- TASK -
Would you please return the lines of the entries below starting at the line that has "Line((67.97029458, -0.825), (41.448800006, -0.825))" and ending at the line that has "Line((34.091704203, -41.448800006), (0.825, -41.448800006))", both included, exactly as they are?

[Dataset records]
===============
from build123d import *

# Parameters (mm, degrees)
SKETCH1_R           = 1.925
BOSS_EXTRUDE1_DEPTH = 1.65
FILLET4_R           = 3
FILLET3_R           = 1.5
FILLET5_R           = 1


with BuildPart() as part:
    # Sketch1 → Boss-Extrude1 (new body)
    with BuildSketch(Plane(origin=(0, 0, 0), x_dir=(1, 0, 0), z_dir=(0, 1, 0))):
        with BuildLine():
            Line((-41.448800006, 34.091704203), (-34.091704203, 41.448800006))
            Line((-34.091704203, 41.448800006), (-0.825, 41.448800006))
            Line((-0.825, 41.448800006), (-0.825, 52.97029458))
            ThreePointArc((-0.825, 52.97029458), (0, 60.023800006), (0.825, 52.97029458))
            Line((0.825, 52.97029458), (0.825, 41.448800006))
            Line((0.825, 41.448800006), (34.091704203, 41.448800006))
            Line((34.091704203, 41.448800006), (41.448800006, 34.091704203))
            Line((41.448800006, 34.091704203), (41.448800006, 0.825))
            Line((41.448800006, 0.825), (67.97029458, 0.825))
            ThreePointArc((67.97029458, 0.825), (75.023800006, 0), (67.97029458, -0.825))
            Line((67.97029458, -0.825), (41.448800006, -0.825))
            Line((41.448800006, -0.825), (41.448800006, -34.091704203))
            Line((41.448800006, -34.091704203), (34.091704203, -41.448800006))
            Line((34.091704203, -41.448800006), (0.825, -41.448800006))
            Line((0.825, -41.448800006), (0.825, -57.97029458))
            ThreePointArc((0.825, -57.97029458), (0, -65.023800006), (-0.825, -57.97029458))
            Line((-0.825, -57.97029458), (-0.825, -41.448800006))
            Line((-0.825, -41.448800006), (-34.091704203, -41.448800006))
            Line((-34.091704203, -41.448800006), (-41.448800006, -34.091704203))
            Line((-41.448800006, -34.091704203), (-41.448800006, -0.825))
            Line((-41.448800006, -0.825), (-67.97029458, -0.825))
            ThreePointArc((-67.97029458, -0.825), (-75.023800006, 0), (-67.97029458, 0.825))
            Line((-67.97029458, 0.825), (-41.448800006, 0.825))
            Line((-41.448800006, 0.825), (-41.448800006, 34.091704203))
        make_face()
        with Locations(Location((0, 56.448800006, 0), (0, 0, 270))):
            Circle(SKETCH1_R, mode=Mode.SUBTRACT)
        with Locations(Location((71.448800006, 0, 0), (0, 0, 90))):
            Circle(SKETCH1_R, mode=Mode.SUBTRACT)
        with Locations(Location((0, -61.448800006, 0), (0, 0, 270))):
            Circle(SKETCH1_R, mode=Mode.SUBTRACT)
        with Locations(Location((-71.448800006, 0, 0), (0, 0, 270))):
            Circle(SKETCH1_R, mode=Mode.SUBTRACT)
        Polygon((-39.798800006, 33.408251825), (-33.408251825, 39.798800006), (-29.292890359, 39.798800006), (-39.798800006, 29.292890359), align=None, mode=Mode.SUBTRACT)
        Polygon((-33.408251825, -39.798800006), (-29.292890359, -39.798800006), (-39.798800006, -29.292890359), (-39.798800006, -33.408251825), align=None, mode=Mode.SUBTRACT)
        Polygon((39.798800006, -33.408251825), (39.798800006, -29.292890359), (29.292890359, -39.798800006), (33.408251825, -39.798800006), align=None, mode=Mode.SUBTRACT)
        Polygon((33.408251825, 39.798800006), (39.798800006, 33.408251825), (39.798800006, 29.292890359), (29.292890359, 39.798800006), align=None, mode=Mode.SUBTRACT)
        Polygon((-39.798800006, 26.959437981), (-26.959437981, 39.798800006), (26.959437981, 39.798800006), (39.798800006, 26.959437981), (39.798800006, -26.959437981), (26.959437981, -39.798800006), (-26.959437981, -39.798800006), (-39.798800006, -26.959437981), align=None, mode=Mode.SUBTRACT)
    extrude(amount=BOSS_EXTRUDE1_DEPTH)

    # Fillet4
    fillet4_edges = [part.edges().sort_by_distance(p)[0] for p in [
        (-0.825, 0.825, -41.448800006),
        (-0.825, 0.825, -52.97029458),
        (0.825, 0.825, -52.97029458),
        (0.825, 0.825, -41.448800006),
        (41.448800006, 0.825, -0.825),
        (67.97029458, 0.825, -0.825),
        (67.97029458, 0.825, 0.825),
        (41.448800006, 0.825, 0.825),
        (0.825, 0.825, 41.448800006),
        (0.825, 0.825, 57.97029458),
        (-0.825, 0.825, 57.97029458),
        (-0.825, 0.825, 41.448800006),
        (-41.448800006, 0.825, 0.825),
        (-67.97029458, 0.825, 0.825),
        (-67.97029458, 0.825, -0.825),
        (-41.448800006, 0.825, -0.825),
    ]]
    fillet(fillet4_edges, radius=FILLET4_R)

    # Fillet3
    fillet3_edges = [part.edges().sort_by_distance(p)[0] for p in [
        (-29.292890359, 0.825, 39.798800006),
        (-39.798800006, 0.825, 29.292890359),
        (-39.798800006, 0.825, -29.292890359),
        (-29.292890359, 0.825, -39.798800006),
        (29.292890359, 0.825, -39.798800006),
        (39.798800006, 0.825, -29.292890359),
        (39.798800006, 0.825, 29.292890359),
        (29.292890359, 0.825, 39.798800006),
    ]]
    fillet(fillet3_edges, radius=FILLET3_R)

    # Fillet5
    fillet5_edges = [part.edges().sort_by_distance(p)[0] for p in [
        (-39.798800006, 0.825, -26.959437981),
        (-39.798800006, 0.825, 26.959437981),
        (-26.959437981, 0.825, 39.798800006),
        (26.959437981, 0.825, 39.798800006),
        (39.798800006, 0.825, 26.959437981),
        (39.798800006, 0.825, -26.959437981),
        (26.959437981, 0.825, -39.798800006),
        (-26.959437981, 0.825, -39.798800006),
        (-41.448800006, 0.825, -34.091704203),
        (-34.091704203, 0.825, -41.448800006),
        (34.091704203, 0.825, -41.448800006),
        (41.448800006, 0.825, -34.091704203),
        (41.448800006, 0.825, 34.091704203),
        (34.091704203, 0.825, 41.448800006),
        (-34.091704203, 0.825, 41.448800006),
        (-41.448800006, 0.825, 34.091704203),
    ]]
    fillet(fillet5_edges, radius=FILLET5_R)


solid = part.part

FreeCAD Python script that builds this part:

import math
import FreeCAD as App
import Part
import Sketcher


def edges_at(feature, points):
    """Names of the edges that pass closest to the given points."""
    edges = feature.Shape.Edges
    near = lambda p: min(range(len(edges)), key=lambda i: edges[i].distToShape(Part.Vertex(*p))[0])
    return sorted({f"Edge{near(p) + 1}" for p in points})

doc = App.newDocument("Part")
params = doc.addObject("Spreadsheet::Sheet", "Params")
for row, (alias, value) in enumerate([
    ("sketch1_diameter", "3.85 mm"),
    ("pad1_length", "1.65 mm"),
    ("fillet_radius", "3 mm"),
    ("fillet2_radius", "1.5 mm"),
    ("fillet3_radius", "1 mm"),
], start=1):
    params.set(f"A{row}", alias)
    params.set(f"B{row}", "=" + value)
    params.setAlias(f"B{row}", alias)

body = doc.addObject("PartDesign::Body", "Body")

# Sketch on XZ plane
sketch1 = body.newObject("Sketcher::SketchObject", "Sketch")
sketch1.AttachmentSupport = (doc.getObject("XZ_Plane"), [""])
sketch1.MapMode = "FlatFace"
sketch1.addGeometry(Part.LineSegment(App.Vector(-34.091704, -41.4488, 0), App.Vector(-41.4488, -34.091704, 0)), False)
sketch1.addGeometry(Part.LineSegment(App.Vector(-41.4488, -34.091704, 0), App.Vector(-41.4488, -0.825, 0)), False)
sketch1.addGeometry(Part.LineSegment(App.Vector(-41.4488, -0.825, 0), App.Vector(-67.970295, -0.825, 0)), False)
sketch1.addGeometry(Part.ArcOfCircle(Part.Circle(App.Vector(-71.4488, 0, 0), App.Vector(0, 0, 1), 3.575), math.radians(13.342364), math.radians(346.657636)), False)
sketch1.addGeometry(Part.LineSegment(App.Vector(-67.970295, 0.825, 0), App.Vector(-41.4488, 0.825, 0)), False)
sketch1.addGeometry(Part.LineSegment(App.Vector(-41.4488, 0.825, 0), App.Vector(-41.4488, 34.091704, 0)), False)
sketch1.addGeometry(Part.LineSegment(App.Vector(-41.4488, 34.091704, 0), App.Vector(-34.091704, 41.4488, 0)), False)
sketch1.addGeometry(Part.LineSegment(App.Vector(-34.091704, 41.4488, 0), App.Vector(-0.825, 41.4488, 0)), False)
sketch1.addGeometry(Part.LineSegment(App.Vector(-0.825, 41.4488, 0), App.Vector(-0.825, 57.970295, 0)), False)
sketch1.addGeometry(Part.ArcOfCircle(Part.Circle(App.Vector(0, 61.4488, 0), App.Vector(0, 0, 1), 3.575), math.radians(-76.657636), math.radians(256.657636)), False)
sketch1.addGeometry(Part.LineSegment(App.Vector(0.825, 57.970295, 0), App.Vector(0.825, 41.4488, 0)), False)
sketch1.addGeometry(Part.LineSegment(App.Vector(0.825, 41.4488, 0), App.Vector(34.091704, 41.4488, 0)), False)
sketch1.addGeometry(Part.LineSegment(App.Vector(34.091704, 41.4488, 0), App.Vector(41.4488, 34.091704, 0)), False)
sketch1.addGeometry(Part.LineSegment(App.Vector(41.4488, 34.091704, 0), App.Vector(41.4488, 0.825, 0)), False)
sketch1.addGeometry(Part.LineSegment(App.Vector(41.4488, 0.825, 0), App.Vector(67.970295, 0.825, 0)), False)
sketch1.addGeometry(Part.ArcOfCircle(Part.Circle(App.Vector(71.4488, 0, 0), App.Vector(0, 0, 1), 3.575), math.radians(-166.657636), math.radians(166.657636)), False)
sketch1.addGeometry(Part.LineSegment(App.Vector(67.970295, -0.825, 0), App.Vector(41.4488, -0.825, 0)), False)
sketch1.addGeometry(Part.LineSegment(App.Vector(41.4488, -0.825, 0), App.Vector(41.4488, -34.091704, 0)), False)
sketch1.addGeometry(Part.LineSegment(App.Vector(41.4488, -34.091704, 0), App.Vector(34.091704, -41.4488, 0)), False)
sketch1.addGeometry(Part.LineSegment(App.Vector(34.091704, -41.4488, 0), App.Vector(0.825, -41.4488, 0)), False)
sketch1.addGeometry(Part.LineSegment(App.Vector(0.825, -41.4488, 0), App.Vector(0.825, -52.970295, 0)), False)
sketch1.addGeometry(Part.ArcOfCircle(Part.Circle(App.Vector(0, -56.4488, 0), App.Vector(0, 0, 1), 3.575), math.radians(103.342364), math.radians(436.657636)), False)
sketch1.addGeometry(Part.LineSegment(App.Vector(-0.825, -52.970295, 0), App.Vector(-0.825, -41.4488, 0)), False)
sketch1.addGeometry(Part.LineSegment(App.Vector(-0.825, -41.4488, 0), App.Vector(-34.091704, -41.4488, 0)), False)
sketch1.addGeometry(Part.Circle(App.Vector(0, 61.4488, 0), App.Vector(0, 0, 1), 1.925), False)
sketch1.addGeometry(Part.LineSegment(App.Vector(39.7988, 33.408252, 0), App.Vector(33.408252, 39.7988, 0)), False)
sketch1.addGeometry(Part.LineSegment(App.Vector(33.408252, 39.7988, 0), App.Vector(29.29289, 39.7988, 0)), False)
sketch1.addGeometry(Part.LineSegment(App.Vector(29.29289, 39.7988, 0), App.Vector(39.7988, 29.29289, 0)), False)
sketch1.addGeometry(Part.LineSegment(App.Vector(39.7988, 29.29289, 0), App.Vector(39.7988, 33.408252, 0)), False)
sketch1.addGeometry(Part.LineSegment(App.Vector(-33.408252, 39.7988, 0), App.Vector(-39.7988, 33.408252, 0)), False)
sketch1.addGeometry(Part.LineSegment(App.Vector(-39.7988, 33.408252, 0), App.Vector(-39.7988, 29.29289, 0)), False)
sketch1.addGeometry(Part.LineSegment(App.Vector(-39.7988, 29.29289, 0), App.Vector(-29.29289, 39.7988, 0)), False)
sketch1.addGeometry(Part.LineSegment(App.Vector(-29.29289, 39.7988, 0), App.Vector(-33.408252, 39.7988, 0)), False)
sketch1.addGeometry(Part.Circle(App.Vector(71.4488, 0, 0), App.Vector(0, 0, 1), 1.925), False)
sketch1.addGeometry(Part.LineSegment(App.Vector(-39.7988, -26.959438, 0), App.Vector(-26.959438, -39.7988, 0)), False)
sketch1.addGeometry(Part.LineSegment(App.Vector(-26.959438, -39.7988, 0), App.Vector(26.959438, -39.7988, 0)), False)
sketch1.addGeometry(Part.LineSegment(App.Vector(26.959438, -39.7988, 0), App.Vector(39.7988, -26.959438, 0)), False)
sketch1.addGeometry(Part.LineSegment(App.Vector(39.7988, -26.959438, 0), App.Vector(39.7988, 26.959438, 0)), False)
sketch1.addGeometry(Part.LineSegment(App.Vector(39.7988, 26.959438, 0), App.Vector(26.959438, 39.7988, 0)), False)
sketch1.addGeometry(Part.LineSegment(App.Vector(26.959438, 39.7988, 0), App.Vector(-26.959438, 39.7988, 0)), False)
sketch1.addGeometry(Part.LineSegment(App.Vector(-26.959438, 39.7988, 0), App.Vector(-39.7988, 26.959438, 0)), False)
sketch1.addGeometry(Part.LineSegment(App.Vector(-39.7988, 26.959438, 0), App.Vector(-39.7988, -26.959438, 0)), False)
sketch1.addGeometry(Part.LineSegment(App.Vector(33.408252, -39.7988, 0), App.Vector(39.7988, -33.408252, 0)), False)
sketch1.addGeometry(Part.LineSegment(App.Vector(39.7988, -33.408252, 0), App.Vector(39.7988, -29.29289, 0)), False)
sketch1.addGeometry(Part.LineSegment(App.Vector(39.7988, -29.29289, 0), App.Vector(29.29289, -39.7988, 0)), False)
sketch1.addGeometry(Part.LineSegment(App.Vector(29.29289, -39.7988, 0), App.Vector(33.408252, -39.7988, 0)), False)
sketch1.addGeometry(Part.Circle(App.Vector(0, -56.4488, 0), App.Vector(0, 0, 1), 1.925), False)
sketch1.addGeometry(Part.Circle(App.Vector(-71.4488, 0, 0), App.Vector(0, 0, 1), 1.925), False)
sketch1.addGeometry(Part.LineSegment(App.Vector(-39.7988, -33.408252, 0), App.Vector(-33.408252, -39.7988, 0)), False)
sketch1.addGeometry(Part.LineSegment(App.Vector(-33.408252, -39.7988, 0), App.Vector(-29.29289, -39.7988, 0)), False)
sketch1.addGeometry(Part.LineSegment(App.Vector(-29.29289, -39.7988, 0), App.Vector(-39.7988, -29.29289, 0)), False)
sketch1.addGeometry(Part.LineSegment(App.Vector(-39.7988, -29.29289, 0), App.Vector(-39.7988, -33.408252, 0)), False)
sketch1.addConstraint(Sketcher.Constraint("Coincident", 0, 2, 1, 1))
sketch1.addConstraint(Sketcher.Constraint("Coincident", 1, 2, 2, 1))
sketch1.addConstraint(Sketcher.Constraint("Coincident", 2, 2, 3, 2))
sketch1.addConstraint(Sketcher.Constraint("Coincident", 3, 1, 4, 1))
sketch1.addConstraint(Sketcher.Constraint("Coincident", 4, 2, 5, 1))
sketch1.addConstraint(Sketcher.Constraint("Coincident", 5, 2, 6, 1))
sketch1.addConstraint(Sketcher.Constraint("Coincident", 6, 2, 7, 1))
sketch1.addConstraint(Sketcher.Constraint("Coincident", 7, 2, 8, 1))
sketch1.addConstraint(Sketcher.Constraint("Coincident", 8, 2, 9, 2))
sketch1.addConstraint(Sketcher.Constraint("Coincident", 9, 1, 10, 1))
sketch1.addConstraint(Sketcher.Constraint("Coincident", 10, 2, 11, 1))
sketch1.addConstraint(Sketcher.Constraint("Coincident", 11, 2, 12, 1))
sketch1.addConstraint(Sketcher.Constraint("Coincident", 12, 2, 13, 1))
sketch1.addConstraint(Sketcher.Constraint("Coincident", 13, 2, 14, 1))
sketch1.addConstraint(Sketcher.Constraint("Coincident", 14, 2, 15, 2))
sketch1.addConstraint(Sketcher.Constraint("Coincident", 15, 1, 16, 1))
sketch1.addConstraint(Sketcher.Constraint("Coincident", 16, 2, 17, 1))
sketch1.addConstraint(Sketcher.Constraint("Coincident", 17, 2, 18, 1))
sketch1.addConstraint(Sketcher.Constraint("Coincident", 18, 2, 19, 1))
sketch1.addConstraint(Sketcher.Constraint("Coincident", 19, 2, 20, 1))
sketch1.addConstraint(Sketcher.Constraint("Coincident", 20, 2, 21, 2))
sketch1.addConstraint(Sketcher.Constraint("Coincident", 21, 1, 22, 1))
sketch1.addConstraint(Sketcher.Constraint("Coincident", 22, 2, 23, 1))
===============
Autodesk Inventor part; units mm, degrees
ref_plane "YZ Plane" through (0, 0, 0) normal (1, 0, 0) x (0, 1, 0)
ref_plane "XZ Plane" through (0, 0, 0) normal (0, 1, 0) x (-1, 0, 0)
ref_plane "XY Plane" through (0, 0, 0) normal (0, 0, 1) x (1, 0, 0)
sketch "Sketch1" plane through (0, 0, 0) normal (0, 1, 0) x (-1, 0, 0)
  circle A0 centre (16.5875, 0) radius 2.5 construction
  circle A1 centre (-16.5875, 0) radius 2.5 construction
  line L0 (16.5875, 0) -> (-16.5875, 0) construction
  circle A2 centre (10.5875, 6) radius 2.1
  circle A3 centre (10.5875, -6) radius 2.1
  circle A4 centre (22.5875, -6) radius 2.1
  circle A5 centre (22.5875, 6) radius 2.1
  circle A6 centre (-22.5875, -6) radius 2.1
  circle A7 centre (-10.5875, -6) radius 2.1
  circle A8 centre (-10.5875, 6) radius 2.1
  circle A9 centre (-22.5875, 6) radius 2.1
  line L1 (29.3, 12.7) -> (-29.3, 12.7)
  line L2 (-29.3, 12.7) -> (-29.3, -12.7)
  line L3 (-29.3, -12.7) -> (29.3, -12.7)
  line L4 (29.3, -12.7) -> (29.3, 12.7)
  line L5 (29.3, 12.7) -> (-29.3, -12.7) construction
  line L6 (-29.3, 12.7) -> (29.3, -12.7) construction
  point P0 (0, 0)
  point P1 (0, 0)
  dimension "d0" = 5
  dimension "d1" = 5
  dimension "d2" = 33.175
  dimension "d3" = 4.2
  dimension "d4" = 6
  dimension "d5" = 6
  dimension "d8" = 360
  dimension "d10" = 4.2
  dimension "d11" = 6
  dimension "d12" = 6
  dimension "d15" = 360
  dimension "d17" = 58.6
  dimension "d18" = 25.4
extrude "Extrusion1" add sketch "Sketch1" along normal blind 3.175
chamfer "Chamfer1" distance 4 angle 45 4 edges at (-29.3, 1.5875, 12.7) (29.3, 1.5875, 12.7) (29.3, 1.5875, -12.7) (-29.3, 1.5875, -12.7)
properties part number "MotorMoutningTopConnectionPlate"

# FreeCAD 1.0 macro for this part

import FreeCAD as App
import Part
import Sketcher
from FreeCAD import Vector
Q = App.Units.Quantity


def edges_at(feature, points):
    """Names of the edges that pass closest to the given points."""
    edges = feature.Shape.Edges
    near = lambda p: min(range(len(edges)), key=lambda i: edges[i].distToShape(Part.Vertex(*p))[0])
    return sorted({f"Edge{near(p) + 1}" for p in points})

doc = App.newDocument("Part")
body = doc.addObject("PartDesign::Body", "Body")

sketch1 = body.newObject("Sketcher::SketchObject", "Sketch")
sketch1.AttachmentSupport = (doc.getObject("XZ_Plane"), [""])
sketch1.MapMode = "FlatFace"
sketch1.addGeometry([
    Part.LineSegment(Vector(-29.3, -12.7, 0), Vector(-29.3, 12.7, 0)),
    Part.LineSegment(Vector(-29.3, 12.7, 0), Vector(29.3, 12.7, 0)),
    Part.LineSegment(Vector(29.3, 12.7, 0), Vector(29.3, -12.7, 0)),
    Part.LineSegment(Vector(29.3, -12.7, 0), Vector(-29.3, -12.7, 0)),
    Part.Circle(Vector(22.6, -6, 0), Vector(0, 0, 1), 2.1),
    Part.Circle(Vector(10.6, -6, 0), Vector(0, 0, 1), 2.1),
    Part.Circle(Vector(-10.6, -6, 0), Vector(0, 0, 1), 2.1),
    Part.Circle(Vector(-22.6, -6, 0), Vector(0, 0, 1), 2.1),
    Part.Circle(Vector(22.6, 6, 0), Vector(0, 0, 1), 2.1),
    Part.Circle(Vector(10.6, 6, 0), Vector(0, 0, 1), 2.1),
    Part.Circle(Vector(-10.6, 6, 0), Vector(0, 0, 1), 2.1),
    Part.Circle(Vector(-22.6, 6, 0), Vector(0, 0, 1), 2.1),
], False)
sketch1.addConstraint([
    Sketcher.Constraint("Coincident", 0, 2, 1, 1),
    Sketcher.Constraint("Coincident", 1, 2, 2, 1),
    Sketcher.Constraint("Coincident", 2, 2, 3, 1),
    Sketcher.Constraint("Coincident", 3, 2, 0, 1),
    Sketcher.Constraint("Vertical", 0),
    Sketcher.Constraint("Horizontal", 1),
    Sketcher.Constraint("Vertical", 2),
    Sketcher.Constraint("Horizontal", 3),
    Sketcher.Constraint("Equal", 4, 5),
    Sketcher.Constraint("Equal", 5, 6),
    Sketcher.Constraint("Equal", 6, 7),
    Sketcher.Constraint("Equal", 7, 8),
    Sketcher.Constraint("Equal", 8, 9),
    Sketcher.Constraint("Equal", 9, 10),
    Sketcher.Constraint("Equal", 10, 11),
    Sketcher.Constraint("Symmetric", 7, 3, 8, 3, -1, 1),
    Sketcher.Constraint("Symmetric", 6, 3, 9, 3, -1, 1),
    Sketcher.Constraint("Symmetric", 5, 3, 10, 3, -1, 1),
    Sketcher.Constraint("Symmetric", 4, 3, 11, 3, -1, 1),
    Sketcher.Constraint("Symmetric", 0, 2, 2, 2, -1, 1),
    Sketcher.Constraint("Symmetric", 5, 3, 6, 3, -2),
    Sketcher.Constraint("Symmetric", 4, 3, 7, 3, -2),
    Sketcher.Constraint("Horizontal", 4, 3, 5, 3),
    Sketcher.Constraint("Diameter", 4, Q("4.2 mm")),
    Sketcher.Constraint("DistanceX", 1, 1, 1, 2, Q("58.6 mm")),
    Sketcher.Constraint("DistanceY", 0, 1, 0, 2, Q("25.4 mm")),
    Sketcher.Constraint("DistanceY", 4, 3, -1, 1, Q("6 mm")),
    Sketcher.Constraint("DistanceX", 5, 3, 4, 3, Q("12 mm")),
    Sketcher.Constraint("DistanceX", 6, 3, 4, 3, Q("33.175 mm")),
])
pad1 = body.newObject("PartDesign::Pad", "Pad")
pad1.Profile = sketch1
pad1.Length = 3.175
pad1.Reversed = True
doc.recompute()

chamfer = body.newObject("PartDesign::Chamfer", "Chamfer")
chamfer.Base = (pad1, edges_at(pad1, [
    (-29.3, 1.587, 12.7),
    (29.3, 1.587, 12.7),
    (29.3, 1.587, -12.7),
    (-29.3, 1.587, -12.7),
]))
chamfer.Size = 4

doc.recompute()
===============
- RESPONSE TO THE EXERCISE -
            Line((67.97029458, -0.825), (41.448800006, -0.825))
            Line((41.448800006, -0.825), (41.448800006, -34.091704203))
            Line((41.448800006, -34.091704203), (34.091704203, -41.448800006))
            Line((34.091704203, -41.448800006), (0.825, -41.448800006))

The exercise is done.